I guess in a way, that's sort of the double edged dagger to the whole notion of being an aspiring writer that, more often than not, makes his proverbial payday on the backs of dead wrestlers and mass-culture allusions. In a lot of ways, my name is perchance the greatest defensive mechanism imaginable. My last go-around, if you enter the phrase "James Swift" into a "prominent search engine" (Which is the technical way of stating Google according to the third largest college in the state of Georgia, mind you) , you have to filter to about the 21st result page to find my doings, which includes a whole shit load of British dentists, which earnestly, I thought was a mythical creature akin to the Pegasus. Of course, if you enter the search term "Perry Saturn is a retard", bam! The sole returned message is a dead link for an article I penned back in 2005. No offense to Mr. Saturn, as I miss his movie reviews. Candidly.
So now, I'm stuck in sort of a Peter Parker / Spider-Man type quagmire here. Is it my responsibility to provide chuckle material for my literally tens of fans across the globe, risking societal castigation and the squandering of valuable time in my personal life, or is it more important to soothe the stressed nerves of my prior acquaintances, to appear more congruent to the vision of me they wish to interpret and do away with this Intra-Web ballyhoo altogether?

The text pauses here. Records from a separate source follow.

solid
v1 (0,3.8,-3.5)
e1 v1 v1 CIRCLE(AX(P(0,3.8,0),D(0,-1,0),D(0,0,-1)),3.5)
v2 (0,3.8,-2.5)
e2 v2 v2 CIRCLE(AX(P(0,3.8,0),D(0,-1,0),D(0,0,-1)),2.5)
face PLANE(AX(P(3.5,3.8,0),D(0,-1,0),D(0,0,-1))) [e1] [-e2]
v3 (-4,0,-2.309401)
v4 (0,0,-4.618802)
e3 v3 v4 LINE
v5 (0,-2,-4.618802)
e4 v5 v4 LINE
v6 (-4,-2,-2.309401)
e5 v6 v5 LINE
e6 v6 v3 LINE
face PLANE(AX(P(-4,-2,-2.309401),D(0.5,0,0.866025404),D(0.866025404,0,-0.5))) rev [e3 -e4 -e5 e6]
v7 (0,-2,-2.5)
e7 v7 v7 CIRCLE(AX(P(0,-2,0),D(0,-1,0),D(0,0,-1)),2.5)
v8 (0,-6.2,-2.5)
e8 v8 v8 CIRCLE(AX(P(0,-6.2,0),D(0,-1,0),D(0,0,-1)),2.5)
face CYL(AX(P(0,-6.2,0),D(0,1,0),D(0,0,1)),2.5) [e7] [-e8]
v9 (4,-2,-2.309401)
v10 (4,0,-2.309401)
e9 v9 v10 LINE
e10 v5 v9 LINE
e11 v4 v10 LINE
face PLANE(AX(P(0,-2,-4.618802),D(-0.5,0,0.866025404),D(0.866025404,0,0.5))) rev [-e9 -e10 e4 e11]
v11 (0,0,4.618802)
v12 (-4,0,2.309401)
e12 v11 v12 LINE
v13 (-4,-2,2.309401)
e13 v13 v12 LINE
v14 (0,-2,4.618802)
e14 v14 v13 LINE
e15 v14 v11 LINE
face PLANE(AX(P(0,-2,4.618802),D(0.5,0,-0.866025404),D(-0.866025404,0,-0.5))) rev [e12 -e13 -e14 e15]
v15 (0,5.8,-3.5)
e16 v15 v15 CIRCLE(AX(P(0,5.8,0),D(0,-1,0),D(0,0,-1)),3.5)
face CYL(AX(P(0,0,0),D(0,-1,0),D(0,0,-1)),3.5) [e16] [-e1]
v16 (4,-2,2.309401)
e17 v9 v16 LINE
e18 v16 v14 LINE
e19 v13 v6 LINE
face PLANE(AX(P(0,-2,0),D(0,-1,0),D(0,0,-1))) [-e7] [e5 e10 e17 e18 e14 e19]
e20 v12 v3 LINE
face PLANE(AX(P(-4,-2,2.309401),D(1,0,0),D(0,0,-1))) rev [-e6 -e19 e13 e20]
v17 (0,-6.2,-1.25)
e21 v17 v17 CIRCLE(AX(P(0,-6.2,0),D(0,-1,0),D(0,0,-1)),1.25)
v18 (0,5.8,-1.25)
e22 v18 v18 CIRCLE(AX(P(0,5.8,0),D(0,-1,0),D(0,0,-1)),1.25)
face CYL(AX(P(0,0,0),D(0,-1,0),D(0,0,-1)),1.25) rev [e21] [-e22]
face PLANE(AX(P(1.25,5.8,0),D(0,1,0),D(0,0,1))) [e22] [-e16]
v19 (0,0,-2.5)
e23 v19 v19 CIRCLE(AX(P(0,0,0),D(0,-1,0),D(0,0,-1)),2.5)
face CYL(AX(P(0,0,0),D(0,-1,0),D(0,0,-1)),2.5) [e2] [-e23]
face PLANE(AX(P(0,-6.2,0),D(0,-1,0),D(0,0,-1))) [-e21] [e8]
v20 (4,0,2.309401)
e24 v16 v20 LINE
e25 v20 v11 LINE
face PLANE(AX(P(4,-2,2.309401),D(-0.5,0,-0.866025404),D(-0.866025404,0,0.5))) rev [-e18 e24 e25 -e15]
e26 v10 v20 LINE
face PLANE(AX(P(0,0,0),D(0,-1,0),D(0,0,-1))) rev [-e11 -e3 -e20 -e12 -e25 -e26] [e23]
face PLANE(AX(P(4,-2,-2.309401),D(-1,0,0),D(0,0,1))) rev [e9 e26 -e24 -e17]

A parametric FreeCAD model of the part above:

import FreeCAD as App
import Part
import Sketcher

V = App.Vector
Q = App.Units.Quantity


def add_polygon(sketch, points):
    """Adds a closed chain of lines whose ends are joined by coincident constraints."""
    first, n = sketch.GeometryCount, len(points)
    for a, b in zip(points, points[1:] + points[:1]):
        sketch.addGeometry(Part.LineSegment(App.Vector(*a, 0), App.Vector(*b, 0)), False)
    for i in range(n):
        sketch.addConstraint(Sketcher.Constraint("Coincident", first + i, 2, first + (i + 1) % n, 1))

doc = App.newDocument("Part")
body = doc.addObject("PartDesign::Body", "Body")

sketch1 = doc.addObject("Sketcher::SketchObject", "Sketch")
body.addObject(sketch1)
sketch1.AttachmentSupport = (doc.XY_Plane, [""])
sketch1.MapMode = "FlatFace"
add_polygon(sketch1, [(1.25, 5.8), (1.25, 0), (2.5, 0), (2.5, 3.8), (3.5, 3.8), (3.5, 5.8)])
sketch1.addConstraint(Sketcher.Constraint("Vertical", 0))
sketch1.addConstraint(Sketcher.Constraint("Horizontal", 1))
sketch1.addConstraint(Sketcher.Constraint("Vertical", 2))
sketch1.addConstraint(Sketcher.Constraint("Horizontal", 3))
sketch1.addConstraint(Sketcher.Constraint("Vertical", 4))
sketch1.addConstraint(Sketcher.Constraint("Horizontal", 5))
sketch1.addConstraint(Sketcher.Constraint("PointOnObject", 0, 2, -1))
sketch1.addConstraint(Sketcher.Constraint("DistanceX", 3, 1, 3, 2, Q("1 mm")))
sketch1.addConstraint(Sketcher.Constraint("DistanceY", 4, 1, 4, 2, Q("2 mm")))
sketch1.addConstraint(Sketcher.Constraint("DistanceY", 0, 2, 0, 1, Q("5.8 mm")))
sketch1.addConstraint(Sketcher.Constraint("DistanceX", 1, 1, 1, 2, Q("1.25 mm")))
sketch1.addConstraint(Sketcher.Constraint("DistanceX", -1, 1, 1, 2, Q("2.5 mm")))
revolution = doc.addObject("PartDesign::Revolution", "Revolution")
body.addObject(revolution)
revolution.Profile = sketch1
revolution.ReferenceAxis = (sketch1, ["V_Axis"])
revolution.Angle = 360

sketch2 = doc.addObject("Sketcher::SketchObject", "Sketch001")
body.addObject(sketch2)
sketch2.AttachmentSupport = (doc.XZ_Plane, [""])
sketch2.MapMode = "FlatFace"
add_polygon(sketch2, [(4, 2.309401), (0, 4.618802), (-4, 2.309401), (-4, -2.309401), (0, -4.618802), (4, -2.309401)])
sketch2.addGeometry(Part.Circle(V(0, 0, 0), V(0, 0, 1), 1.25), False)
sketch2.addConstraint(Sketcher.Constraint("Vertical", 2))
sketch2.addConstraint(Sketcher.Constraint("Vertical", 5))
sketch2.addConstraint(Sketcher.Constraint("Coincident", 6, 3, -1, 1))
sketch2.addConstraint(Sketcher.Constraint("Symmetric", 0, 2, 3, 2, -1, 1))
sketch2.addConstraint(Sketcher.Constraint("Symmetric", 1, 2, 4, 2, -1, 1))
sketch2.addConstraint(Sketcher.Constraint("PointOnObject", 0, 2, -2))
sketch2.addConstraint(Sketcher.Constraint("Parallel", 0, 3))
sketch2.addConstraint(Sketcher.Constraint("Horizontal", 2, 2, 4, 2))
sketch2.addConstraint(Sketcher.Constraint("Diameter", 6, Q("2.5 mm")))
sketch2.addConstraint(Sketcher.Constraint("Angle", 0, Q("150 deg")))
sketch2.addConstraint(Sketcher.Constraint("DistanceX", 1, 2, -1, 1, Q("4 mm")))
sketch2.addConstraint(Sketcher.Constraint("DistanceY", -1, 1, 1, 2, Q("2.309401 mm")))
pad1 = doc.addObject("PartDesign::Pad", "Pad")
body.addObject(pad1)
pad1.Profile = sketch2
pad1.Length = 2

sketch3 = doc.addObject("Sketcher::SketchObject", "Sketch002")
body.addObject(sketch3)
sketch3.AttachmentSupport = (doc.XZ_Plane, [""])
sketch3.MapMode = "FlatFace"
sketch3.AttachmentOffset = App.Placement(V(0, 0, 2), App.Rotation())
sketch3.addGeometry(Part.Circle(V(0, 0, 0), V(0, 0, 1), 2.5), False)
sketch3.addGeometry(Part.Circle(V(0, 0, 0), V(0, 0, 1), 1.25), False)
sketch3.addConstraint(Sketcher.Constraint("Coincident", 0, 3, -1, 1))
sketch3.addConstraint(Sketcher.Constraint("Coincident", 1, 3, -1, 1))
sketch3.addConstraint(Sketcher.Constraint("Diameter", 0, Q("5 mm")))
sketch3.addConstraint(Sketcher.Constraint("Diameter", 1, Q("2.5 mm")))
pad2 = doc.addObject("PartDesign::Pad", "Pad001")
body.addObject(pad2)
pad2.Profile = sketch3
pad2.Length = 4.2

doc.recompute()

As the classically trained Shakespearean thespian Val Kilmer proclaimed at the end of the Academy Award winning tour de force "Batman Forever", I am, comparably, both the mild mannered James Swift that exists in the physical realm, the being that completes your airworthiness directives, ambles down your vestibules and drinks your milkshake (or maybe that's Daniel Plainview, I have a hard time differentiating fiction from actuality these days) while CONCOMITANTLY being the James Swift that mocks the recently deceased, provides holier-than-thou philosophical conjecture for a satirical site and boasts about the size of his genitals to the world at large as if he were flaunting his shoe size. (It's ten, by the way. Ask your mother.)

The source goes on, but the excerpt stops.